The Adventure of the Three Garridebs

“I had opened up inquiries in Birmingham,” said the American, “and my agent there has sent me this advertisement from a local paper. We must hustle and put the thing through. I have written to this man and told him that you will see him in his office to-morrow afternoon at four o’clock.”

“You want me to see him?”

“What do you say, Mr. Holmes? Don’t you think it would be wiser? Here am I, a wandering American with a wonderful tale. Why should he believe what I tell him? But you are a Britisher with solid references, and he is bound to take notice of what you say. I would go with you if you wished, but I have a very busy day to-morrow, and I could always follow you if you are in any trouble.”

“Well, I have not made such a journey for years.”

“It is nothing, Mr. Garrideb. I have figured out our connections. You leave at twelve and should be there soon after two. Then you can be back the same night. All you have to do is to see this man, explain the matter, and get an affidavit of his existence. By the Lord!” he added hotly, “considering I’ve come all the way from the centre of America, it is surely little enough if you go a hundred miles in order to put this matter through.”

“Quite so,” said Holmes. “I think what this gentleman says is very true.”

Mr. Nathan Garrideb shrugged his shoulders with a disconsolate air. “Well, if you insist I shall go,” said he. “It is certainly hard for me to refuse you anything, considering the glory of hope that you have brought into my life.”

“Then that is agreed,” said Holmes, “and no doubt you will let me have a report as soon as you can.”

“I’ll see to that,” said the American. “Well,” he added looking at his watch, “I’ll have to get on. I’ll call to-morrow, Mr. Nathan, and see you off to Birmingham. Coming my way, Mr. Holmes? Well, then, good-bye, and we may have good news for you to-morrow night.”

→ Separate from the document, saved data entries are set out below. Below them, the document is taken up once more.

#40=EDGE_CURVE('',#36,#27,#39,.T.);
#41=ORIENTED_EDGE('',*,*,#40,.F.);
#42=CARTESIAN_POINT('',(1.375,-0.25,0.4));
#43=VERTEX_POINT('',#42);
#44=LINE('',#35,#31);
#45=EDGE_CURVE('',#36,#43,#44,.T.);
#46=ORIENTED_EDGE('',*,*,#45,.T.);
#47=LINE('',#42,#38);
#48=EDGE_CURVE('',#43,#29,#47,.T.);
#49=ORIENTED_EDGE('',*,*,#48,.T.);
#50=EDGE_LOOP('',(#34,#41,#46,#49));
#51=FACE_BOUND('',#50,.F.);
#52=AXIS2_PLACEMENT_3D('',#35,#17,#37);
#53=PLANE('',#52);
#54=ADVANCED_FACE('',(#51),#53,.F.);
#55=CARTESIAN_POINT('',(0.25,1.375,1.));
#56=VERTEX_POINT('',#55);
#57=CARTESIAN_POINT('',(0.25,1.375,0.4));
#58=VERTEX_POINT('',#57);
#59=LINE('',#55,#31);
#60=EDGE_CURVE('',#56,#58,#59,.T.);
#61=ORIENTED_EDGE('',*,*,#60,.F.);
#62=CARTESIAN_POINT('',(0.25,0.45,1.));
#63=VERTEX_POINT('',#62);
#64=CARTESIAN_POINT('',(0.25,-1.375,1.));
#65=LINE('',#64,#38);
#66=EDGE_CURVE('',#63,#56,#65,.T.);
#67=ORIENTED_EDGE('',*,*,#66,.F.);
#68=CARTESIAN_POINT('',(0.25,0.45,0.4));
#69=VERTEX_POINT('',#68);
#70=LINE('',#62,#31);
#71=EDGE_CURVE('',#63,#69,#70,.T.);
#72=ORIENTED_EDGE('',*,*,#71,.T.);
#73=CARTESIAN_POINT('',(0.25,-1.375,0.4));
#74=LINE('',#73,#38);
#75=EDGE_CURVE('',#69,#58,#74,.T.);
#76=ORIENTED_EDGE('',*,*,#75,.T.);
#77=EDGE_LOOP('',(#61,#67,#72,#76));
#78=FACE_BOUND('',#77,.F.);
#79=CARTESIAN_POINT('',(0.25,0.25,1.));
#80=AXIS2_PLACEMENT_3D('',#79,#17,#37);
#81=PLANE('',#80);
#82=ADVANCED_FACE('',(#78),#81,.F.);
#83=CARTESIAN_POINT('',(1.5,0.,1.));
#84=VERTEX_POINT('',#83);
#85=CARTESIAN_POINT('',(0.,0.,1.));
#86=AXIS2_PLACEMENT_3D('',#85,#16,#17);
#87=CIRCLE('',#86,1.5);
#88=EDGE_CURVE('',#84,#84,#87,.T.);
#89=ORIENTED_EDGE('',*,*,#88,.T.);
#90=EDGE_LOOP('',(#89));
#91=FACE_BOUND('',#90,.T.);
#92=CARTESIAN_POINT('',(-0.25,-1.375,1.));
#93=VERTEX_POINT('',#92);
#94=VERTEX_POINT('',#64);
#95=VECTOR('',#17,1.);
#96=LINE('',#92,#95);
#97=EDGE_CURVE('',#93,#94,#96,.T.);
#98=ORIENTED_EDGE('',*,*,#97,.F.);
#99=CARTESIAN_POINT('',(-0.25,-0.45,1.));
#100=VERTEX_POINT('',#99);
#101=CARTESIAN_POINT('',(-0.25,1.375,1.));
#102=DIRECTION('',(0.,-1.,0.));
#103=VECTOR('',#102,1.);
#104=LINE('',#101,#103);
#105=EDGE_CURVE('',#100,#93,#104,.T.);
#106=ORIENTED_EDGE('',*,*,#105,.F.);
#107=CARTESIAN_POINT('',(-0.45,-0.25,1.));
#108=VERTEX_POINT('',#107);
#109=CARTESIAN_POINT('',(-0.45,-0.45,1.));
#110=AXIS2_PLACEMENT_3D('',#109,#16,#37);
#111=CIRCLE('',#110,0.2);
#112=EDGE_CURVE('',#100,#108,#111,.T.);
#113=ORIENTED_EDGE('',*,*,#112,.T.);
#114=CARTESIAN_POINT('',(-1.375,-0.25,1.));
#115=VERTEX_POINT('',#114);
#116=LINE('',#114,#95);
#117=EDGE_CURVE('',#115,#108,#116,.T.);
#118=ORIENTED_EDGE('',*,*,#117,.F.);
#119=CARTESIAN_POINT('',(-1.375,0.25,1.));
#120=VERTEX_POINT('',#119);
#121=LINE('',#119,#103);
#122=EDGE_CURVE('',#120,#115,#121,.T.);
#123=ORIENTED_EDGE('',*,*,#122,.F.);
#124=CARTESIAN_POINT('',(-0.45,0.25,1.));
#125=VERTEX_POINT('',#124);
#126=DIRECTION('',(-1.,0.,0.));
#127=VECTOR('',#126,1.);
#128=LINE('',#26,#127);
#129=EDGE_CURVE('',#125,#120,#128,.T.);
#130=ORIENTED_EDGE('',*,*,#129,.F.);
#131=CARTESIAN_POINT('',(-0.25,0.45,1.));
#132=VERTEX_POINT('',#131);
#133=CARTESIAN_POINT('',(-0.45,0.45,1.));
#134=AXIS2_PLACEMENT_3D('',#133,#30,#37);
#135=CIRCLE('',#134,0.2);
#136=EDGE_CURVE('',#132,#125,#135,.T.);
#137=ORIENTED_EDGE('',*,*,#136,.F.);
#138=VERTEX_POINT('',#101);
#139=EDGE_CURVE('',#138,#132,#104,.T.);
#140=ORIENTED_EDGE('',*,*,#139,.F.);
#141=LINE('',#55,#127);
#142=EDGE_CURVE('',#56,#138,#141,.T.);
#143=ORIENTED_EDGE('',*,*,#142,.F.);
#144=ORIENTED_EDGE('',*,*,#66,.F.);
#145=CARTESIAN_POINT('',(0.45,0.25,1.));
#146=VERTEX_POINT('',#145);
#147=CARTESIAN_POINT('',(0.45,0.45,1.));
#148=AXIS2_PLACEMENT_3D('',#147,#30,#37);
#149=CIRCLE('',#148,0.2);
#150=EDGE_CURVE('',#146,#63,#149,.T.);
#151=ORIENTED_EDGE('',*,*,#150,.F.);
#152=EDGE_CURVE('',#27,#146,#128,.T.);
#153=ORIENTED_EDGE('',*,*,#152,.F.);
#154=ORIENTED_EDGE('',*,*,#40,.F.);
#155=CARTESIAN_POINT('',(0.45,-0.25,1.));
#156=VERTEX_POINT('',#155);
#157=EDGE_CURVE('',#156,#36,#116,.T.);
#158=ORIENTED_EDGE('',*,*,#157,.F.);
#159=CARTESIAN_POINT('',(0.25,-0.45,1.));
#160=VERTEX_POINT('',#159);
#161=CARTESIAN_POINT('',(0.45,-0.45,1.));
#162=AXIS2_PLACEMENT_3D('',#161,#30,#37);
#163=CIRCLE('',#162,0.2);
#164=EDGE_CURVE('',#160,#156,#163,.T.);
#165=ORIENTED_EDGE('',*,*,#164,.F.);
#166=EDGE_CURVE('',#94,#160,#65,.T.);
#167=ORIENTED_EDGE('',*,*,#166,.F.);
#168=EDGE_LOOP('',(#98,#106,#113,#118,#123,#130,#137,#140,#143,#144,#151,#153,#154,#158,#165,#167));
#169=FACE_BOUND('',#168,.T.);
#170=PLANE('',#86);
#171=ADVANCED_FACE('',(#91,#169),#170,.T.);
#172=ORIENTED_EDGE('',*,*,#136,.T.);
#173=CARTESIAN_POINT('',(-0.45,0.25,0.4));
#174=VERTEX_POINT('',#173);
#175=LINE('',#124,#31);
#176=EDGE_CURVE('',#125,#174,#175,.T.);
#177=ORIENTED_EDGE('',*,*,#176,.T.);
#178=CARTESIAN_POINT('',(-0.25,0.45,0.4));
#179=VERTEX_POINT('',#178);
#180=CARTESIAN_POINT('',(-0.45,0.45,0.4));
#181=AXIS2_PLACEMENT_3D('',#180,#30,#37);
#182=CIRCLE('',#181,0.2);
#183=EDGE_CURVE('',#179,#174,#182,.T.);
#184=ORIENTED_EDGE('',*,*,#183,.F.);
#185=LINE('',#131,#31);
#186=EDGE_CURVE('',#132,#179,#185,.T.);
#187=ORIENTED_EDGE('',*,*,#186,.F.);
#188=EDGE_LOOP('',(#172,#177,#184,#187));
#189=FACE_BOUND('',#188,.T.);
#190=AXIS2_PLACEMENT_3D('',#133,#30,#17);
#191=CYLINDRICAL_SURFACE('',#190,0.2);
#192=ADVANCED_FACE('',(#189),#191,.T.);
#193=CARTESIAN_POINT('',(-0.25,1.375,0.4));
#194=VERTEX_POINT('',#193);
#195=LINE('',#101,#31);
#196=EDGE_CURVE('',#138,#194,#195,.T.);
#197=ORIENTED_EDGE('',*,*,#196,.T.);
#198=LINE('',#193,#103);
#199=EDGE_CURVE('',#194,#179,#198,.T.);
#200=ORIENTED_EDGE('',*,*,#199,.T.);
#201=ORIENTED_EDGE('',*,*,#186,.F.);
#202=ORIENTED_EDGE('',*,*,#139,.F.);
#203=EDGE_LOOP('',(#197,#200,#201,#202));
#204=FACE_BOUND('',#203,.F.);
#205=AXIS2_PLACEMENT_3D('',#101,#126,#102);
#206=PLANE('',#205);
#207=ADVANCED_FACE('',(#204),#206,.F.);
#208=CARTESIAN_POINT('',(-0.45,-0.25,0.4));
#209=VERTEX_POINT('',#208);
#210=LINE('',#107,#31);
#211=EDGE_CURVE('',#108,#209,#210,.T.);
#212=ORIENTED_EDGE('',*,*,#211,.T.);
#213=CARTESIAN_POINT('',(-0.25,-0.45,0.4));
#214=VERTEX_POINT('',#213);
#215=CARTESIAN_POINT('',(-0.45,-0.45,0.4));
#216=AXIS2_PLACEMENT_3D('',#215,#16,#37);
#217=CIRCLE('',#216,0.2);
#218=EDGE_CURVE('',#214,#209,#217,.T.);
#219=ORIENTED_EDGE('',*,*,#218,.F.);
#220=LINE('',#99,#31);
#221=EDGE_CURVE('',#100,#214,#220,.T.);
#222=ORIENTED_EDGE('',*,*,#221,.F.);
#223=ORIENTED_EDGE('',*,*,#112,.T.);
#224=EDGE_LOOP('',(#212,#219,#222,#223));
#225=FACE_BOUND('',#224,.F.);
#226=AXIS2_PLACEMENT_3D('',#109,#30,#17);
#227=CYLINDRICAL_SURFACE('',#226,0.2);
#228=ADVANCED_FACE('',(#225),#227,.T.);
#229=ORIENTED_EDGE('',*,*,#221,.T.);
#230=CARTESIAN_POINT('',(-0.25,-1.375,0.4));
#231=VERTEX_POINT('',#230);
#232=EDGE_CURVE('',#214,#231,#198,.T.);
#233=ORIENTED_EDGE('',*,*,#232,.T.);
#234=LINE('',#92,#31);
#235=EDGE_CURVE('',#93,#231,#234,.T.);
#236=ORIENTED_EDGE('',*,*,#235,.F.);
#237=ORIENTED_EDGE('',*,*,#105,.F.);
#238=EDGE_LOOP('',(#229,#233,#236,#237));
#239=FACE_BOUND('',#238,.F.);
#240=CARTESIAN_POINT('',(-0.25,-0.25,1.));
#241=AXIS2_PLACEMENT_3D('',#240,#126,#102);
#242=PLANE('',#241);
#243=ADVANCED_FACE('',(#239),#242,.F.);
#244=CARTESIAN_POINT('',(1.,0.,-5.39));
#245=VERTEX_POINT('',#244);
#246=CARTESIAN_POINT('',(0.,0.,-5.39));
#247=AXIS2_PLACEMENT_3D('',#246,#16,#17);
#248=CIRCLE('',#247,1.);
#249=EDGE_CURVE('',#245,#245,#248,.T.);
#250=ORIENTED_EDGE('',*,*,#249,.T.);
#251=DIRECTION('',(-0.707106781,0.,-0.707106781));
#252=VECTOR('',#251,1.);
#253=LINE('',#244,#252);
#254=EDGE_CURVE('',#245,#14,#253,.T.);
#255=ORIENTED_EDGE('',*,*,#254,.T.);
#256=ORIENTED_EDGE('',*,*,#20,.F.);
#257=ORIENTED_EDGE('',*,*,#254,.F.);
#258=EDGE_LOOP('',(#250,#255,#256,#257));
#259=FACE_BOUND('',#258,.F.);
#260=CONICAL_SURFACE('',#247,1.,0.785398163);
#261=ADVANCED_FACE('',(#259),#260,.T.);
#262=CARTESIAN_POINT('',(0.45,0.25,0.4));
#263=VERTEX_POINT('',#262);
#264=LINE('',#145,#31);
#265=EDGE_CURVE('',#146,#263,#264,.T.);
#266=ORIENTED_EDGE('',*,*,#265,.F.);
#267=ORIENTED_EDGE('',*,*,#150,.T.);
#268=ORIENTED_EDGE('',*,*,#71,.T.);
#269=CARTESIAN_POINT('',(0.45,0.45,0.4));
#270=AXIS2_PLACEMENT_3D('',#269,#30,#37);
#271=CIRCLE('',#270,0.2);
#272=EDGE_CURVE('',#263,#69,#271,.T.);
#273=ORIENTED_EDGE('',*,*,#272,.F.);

I noticed that my friend’s face cleared when the American left the room, and the look of thoughtful perplexity had vanished.

“I wish I could look over your collection, Mr. Garrideb,” said he. “In my profession all sorts of odd knowledge comes useful, and this room of yours is a storehouse of it.”

Our client shone with pleasure and his eyes gleamed from behind his big glasses.

“I had always heard, sir, that you were a very intelligent man,” said he. “I could take you round now if you have the time.”

“Unfortunately, I have not. But these specimens are so well labelled and classified that they hardly need your personal explanation. If I should be able to look in to-morrow, I presume that there would be no objection to my glancing over them?”

“None at all. You are most welcome. The place will, of course, be shut up, but Mrs. Saunders is in the basement up to four o’clock and would let you in with her key.”

“Well, I happen to be clear to-morrow afternoon. If you would say a word to Mrs. Saunders it would be quite in order. By the way, who is your house-agent?”

Our client was amazed at the sudden question.

“Holloway and Steele, in the Edgware Road. But why?”

“I am a bit of an archaeologist myself when it comes to houses,” said Holmes, laughing. “I was wondering if this was Queen Anne or Georgian.”

“Georgian, beyond doubt.”

“Really. I should have thought a little earlier. However, it is easily ascertained. Well, good-bye, Mr. Garrideb, and may you have every success in your Birmingham journey.”

The house-agent’s was close by, but we found that it was closed for the day, so we made our way back to Baker Street. It was not till after dinner that Holmes reverted to the subject.

“Our little problem draws to a close,” said he. “No doubt you have outlined the solution in your own mind.”

“I can make neither head nor tail of it.”

“The head is surely clear enough and the tail we should see to-morrow. Did you notice nothing curious about that advertisement?”